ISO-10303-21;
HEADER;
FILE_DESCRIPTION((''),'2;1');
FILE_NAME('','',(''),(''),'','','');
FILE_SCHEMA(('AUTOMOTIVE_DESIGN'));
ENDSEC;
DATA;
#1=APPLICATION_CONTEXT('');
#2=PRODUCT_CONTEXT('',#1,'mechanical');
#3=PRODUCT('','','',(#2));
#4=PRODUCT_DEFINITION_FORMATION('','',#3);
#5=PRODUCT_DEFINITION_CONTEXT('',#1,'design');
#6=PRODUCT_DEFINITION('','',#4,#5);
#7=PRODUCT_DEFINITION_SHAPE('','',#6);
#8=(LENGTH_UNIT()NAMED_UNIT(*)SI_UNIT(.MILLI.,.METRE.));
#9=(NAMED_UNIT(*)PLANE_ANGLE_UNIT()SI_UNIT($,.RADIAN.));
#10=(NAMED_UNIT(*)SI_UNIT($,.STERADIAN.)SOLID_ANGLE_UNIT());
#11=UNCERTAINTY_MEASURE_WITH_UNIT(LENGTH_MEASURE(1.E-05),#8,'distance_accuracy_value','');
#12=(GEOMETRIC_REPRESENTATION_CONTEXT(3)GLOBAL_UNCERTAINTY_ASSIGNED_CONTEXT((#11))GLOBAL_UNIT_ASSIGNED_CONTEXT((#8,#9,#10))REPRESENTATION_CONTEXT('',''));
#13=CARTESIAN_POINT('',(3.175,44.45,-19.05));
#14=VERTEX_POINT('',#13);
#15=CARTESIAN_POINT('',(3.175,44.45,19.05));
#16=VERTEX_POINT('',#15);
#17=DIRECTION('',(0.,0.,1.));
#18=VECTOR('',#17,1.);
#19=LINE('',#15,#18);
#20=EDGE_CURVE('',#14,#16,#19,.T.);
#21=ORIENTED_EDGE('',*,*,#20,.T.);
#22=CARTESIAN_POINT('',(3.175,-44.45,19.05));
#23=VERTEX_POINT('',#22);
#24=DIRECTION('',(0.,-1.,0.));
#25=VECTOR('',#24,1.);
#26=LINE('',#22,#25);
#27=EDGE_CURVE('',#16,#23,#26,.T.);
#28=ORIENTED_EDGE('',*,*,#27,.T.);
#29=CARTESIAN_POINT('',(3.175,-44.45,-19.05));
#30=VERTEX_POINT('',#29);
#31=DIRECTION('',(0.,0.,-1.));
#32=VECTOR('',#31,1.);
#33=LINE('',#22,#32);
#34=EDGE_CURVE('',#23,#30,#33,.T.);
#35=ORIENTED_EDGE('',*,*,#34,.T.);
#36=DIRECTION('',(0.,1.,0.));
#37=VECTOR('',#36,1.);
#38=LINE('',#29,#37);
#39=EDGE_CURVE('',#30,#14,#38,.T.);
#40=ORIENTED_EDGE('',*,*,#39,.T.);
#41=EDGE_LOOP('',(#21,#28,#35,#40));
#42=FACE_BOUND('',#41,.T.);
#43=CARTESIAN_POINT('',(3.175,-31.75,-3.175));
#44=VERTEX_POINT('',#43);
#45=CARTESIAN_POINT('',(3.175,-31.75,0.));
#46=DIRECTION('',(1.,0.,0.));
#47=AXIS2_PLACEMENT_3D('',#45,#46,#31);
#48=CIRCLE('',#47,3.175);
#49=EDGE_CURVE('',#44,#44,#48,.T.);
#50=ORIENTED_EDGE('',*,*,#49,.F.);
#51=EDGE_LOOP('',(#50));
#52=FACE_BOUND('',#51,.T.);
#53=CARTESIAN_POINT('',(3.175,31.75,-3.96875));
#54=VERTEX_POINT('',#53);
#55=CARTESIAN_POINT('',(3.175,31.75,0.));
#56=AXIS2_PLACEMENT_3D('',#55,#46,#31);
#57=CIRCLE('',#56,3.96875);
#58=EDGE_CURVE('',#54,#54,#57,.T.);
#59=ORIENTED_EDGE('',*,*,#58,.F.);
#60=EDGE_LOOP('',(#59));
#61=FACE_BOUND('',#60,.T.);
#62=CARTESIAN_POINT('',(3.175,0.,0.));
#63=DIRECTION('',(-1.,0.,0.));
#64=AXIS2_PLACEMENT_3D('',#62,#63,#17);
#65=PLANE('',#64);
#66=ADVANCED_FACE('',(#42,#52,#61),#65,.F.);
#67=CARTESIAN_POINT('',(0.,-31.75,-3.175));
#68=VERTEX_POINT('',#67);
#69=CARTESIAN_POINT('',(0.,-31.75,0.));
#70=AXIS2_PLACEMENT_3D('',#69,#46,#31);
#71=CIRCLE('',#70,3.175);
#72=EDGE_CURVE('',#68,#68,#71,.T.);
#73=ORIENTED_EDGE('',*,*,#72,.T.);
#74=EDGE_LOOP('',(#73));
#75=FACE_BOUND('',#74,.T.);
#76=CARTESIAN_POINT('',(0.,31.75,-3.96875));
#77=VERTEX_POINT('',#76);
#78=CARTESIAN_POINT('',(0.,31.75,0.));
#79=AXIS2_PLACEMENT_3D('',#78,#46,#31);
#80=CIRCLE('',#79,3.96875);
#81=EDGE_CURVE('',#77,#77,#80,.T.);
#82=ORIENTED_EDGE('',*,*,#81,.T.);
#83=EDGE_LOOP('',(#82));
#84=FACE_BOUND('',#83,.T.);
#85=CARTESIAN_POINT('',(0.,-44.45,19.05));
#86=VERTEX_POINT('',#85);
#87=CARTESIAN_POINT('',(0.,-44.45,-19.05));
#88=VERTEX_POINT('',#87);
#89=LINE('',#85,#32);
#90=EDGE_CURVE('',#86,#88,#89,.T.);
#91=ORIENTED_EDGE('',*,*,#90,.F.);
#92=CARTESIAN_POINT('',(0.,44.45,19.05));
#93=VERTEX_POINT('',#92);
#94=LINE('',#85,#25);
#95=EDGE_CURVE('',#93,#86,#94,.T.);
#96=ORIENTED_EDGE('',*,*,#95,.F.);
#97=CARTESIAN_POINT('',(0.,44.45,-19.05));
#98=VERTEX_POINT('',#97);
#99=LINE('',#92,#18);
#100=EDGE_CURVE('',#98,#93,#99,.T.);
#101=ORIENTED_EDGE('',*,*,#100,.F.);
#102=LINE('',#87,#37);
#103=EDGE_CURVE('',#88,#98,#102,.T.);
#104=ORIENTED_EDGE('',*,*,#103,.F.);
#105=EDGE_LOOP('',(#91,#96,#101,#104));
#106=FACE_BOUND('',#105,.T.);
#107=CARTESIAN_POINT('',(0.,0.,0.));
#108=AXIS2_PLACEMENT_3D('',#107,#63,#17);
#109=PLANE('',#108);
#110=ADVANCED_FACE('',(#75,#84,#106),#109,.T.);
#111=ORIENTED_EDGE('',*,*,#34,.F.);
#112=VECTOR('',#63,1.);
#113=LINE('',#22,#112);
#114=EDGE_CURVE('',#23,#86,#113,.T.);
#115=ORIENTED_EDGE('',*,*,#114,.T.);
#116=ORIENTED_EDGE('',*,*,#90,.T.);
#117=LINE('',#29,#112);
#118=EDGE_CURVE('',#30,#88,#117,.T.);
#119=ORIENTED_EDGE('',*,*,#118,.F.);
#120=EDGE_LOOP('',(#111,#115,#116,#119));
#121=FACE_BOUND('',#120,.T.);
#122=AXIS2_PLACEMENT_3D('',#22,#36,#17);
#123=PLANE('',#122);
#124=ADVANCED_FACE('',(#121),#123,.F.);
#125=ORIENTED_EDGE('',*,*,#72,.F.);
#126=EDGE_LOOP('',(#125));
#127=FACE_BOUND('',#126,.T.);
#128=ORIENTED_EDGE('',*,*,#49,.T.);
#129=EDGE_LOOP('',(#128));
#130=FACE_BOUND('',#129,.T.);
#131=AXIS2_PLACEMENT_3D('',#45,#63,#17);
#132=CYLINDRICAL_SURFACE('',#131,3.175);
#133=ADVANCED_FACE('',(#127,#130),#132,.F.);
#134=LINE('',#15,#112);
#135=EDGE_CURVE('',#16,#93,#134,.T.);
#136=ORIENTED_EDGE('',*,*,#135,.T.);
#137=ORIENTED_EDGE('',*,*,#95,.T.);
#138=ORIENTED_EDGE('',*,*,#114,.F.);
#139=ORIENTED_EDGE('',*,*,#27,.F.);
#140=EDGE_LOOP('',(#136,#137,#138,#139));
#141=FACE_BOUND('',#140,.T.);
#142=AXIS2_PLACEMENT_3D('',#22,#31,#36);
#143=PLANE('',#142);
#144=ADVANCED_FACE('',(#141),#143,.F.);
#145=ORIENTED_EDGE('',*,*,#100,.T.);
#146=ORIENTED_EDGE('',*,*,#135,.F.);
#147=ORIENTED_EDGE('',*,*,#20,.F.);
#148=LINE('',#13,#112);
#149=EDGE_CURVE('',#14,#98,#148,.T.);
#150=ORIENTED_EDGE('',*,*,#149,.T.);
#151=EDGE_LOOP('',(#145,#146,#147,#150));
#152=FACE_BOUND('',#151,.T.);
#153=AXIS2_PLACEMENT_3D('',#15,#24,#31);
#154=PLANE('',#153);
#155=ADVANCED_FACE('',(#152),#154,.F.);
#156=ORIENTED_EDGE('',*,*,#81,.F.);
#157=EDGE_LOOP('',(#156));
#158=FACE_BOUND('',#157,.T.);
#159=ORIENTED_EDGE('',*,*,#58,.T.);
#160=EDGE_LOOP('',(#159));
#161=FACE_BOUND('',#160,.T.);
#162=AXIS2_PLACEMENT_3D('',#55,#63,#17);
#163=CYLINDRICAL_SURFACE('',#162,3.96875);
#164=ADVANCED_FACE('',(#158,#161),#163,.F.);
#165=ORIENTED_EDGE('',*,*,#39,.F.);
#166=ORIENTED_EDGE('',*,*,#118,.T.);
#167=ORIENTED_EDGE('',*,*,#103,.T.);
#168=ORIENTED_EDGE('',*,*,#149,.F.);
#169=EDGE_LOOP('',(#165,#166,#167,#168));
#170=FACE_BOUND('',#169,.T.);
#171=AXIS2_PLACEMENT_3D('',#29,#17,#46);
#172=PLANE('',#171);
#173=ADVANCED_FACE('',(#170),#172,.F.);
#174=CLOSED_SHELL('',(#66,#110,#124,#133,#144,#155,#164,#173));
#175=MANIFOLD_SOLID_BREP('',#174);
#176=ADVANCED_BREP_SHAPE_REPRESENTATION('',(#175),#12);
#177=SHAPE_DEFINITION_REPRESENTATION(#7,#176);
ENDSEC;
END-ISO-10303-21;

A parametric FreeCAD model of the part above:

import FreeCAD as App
import Part
import Sketcher
Q = App.Units.Quantity


def add_polygon(sketch, points):
    """Adds a closed chain of lines whose ends are joined by coincident constraints."""
    first, n = sketch.GeometryCount, len(points)
    for a, b in zip(points, points[1:] + points[:1]):
        sketch.addGeometry(Part.LineSegment(App.Vector(*a, 0), App.Vector(*b, 0)), False)
    for i in range(n):
        sketch.addConstraint(Sketcher.Constraint("Coincident", first + i, 2, first + (i + 1) % n, 1))

doc = App.newDocument("Part")
params = doc.addObject("Spreadsheet::Sheet", "Params")
for row, (alias, value) in enumerate([
    ("sketch1_diameter", "0.25 in"),
    ("sketch1_diameter2", "0.3125 in"),
    ("sketch1_width", "3.5 in"),
    ("sketch1_height", "1.5 in"),
    ("pad1_length", "0.125 in"),
], start=1):
    params.set(f"A{row}", alias)
    params.set(f"B{row}", "=" + value)
    params.setAlias(f"B{row}", alias)

body = doc.addObject("PartDesign::Body", "Body")

sketch1 = doc.addObject("Sketcher::SketchObject", "Sketch")
body.addObject(sketch1)
sketch1.AttachmentSupport = (doc.YZ_Plane, [""])
sketch1.MapMode = "FlatFace"
add_polygon(sketch1, [(44.5, 19.1), (-44.5, 19.1), (-44.5, -19.1), (44.5, -19.1)])
sketch1.addGeometry(Part.Circle(App.Vector(-31.8, 0, 0), App.Vector(0, 0, 1), 3.2), False)
sketch1.addGeometry(Part.Circle(App.Vector(31.8, 0, 0), App.Vector(0, 0, 1), 4), False)
sketch1.addConstraint([
    Sketcher.Constraint("Horizontal", 0),
    Sketcher.Constraint("Vertical", 1),
    Sketcher.Constraint("Horizontal", 2),
    Sketcher.Constraint("Vertical", 3),
    Sketcher.Constraint("Symmetric", 4, 3, 5, 3, -1, 1),
    Sketcher.Constraint("Symmetric", 0, 2, 2, 2, -1, 1),
    Sketcher.Constraint("PointOnObject", 4, 3, -1),
    Sketcher.Constraint("Diameter", 4, Q("0.25 in")),
    Sketcher.Constraint("Diameter", 5, Q("0.3125 in")),
    Sketcher.Constraint("DistanceX", 0, 2, 0, 1, Q("3.5 in")),
    Sketcher.Constraint("DistanceY", 1, 2, 1, 1, Q("1.5 in")),
    Sketcher.Constraint("DistanceX", 0, 2, 5, 3, Q("3 in")),
])
sketch1.setExpression("Constraints[11]", "Params.sketch1_diameter")
sketch1.setExpression("Constraints[12]", "Params.sketch1_diameter2")
sketch1.setExpression("Constraints[13]", "Params.sketch1_width")
sketch1.setExpression("Constraints[14]", "Params.sketch1_height")
pad1 = doc.addObject("PartDesign::Pad", "Pad")
body.addObject(pad1)
pad1.Profile = sketch1
pad1.setExpression("Length", "Params.pad1_length")

doc.recompute()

■ ABOUT THIS EXERCISE: Write out exactly the lines above between the line with "#69=CARTESIAN_POINT('',(0.,-31.75,0.));" and the line with "#84=FACE_BOUND('',#83,.T.);", inclusive, and nothing beyond them.

■ ANSWER:
#69=CARTESIAN_POINT('',(0.,-31.75,0.));
#70=AXIS2_PLACEMENT_3D('',#69,#46,#31);
#71=CIRCLE('',#70,3.175);
#72=EDGE_CURVE('',#68,#68,#71,.T.);
#73=ORIENTED_EDGE('',*,*,#72,.T.);
#74=EDGE_LOOP('',(#73));
#75=FACE_BOUND('',#74,.T.);
#76=CARTESIAN_POINT('',(0.,31.75,-3.96875));
#77=VERTEX_POINT('',#76);
#78=CARTESIAN_POINT('',(0.,31.75,0.));
#79=AXIS2_PLACEMENT_3D('',#78,#46,#31);
#80=CIRCLE('',#79,3.96875);
#81=EDGE_CURVE('',#77,#77,#80,.T.);
#82=ORIENTED_EDGE('',*,*,#81,.T.);
#83=EDGE_LOOP('',(#82));
#84=FACE_BOUND('',#83,.T.);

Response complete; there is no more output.